In my job, I regularly notice that developers who have recently started working with dependency injection in ASP.NET Core, or those who do not pay enough attention to this topic, have a list of misconceptions.

Some misconceptions cause bugs, while others lead to redundant coding. Let’s take a look at the ones I’ve found to be the most repetitive.

Scoped Class Created Only Once per Web Request

Developers can choose one out of three lifetimes when registering a class using dependency injection in ASP.NET Core: transient, scoped, and singleton.
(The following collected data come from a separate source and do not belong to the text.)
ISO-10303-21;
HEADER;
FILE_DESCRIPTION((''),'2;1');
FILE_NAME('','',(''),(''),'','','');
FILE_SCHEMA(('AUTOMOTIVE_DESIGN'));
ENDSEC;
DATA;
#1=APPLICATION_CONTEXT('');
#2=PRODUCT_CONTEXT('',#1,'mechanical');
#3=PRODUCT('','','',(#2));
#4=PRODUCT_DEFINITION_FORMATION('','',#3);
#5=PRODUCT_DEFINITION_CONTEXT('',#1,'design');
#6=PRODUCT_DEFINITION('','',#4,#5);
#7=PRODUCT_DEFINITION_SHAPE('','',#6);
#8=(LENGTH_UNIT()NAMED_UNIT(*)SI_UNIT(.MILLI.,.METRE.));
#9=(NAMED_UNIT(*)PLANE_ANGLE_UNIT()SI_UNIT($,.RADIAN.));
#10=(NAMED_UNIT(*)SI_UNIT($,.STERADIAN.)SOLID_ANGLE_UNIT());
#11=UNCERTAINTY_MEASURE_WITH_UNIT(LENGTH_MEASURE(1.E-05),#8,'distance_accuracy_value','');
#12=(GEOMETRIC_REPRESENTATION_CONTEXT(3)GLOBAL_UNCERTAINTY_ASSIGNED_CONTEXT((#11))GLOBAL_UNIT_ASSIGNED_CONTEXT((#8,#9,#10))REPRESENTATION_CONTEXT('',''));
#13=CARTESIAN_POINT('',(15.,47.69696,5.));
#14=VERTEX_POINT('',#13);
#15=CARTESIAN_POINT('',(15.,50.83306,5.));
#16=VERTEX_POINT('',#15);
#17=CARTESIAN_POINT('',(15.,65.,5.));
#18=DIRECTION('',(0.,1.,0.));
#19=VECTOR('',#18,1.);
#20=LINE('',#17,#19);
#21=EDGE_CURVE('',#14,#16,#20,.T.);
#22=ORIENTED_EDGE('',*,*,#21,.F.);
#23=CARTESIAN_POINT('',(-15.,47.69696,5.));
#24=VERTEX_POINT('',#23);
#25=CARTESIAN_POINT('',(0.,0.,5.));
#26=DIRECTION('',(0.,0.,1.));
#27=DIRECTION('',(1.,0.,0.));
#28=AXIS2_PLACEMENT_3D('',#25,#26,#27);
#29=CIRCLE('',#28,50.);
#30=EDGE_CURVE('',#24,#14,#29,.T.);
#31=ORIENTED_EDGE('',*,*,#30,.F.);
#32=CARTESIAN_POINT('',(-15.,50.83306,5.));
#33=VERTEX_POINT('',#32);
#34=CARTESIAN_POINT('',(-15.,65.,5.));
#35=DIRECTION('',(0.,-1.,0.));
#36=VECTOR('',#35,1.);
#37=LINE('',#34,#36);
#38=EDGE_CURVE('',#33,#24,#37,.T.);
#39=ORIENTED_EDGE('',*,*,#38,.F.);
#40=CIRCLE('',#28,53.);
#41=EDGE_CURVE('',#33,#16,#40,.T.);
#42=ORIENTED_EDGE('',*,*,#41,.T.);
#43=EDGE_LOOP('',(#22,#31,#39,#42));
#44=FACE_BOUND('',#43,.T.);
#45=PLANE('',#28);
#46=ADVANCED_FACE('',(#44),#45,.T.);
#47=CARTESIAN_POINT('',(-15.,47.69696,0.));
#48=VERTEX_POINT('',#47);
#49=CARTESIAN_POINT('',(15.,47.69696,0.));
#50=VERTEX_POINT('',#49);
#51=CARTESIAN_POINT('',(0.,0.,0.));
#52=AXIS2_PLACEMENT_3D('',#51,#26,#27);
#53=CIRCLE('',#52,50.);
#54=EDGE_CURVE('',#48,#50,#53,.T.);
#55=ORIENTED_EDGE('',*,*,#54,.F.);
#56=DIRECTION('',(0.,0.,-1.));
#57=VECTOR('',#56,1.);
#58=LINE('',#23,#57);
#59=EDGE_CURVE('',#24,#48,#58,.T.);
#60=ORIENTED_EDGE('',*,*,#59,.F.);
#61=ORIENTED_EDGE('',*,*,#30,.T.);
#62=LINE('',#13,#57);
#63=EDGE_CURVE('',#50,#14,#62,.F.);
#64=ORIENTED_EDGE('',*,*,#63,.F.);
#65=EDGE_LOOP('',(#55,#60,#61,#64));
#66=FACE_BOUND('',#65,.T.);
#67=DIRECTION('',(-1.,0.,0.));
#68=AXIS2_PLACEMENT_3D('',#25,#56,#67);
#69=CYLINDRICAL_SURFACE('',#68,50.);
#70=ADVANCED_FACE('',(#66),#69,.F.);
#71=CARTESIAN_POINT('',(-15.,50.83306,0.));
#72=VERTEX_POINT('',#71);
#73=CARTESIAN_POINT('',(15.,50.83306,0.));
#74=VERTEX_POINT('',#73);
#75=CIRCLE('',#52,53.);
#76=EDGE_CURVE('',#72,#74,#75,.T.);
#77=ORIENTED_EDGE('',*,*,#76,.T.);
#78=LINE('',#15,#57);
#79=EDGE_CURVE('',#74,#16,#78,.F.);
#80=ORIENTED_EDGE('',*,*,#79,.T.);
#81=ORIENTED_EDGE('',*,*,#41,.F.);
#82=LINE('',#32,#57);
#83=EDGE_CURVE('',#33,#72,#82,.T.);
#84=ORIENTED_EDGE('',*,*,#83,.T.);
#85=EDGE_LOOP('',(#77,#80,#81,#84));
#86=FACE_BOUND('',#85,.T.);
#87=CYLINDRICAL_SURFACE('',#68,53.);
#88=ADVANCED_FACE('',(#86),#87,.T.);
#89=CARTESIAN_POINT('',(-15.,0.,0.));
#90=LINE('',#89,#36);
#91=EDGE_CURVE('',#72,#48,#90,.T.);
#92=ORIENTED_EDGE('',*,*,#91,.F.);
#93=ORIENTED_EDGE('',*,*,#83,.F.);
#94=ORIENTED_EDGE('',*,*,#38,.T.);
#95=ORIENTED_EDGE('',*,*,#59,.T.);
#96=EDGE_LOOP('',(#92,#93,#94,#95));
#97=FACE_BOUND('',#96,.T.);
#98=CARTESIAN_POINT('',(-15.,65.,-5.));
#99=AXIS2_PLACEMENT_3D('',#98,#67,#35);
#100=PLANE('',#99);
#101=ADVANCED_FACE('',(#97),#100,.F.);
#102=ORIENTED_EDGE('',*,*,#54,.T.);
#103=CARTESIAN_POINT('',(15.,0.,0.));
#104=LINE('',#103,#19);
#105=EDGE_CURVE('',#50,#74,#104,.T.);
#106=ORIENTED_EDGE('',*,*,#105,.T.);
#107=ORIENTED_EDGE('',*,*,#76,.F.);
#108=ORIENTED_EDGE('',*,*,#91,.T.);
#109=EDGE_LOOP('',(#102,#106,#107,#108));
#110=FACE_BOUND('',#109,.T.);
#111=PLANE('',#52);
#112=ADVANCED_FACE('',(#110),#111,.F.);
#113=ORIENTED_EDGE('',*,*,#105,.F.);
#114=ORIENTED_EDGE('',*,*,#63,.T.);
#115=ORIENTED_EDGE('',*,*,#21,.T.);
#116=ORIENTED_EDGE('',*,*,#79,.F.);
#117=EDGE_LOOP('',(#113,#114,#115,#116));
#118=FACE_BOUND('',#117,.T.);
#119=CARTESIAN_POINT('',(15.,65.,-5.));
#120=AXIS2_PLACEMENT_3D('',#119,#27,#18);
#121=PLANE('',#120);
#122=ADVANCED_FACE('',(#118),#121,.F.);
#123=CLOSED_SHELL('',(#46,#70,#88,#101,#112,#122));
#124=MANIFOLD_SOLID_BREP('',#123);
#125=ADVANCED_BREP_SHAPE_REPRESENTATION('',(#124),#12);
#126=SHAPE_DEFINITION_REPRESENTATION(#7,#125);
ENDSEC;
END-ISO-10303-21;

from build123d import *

# Parameters (mm, degrees)
SKETCH_1_R          = 53
SKETCH_1_R_2        = 50
EXTRUDE_1_DEPTH     = 5
SKETCH_2_W          = 30
SKETCH_2_H          = 30
CUT_EXTRUDE_1_DEPTH = 10


with BuildPart() as part:
    # 草图1 → 拉伸-薄壁1 (new body)
    with BuildSketch(Plane.XY):
        Circle(SKETCH_1_R)
        Circle(SKETCH_1_R_2, mode=Mode.SUBTRACT)
    extrude(amount=EXTRUDE_1_DEPTH)

    # 草图2 → 切除-拉伸1 (cut)
    with BuildSketch(Plane.XY.offset(5)):
        with Locations((0, 50)):
            Rectangle(SKETCH_2_W, SKETCH_2_H)
    extrude(amount=-CUT_EXTRUDE_1_DEPTH, mode=Mode.SUBTRACT)


solid = part.part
Transient means that a new instance of the class is created every time it is requested from the DI container. Singleton means that a single instance of the class will be created for the entire application lifetime. It will be shared across web requests and disposed only on the application shut down.

When the instance of the class should be created once per web request, developers use scoped lifetime:

public void ConfigureServices(IServiceCollection services)
{
services.AddScoped<IUserRepository, UserRepository>();
}

However, scoped lifetime does not guarantee that a scoped class is only created once for each web request. A scoped lifetime means the class will only be instantiated once in a given scope, but multiple scopes can be created in a single web request.

In simple words, in ASP.NET Core, scope is the area of code between instantiating an IServiceScope type and calling its Dispose method.

IServiceScope instance contains the ServiceProvider property that is used to resolve instances that were registered in ConfigureServices method.

If the same type within a scope is resolved multiple times, there will be always the same instance returned.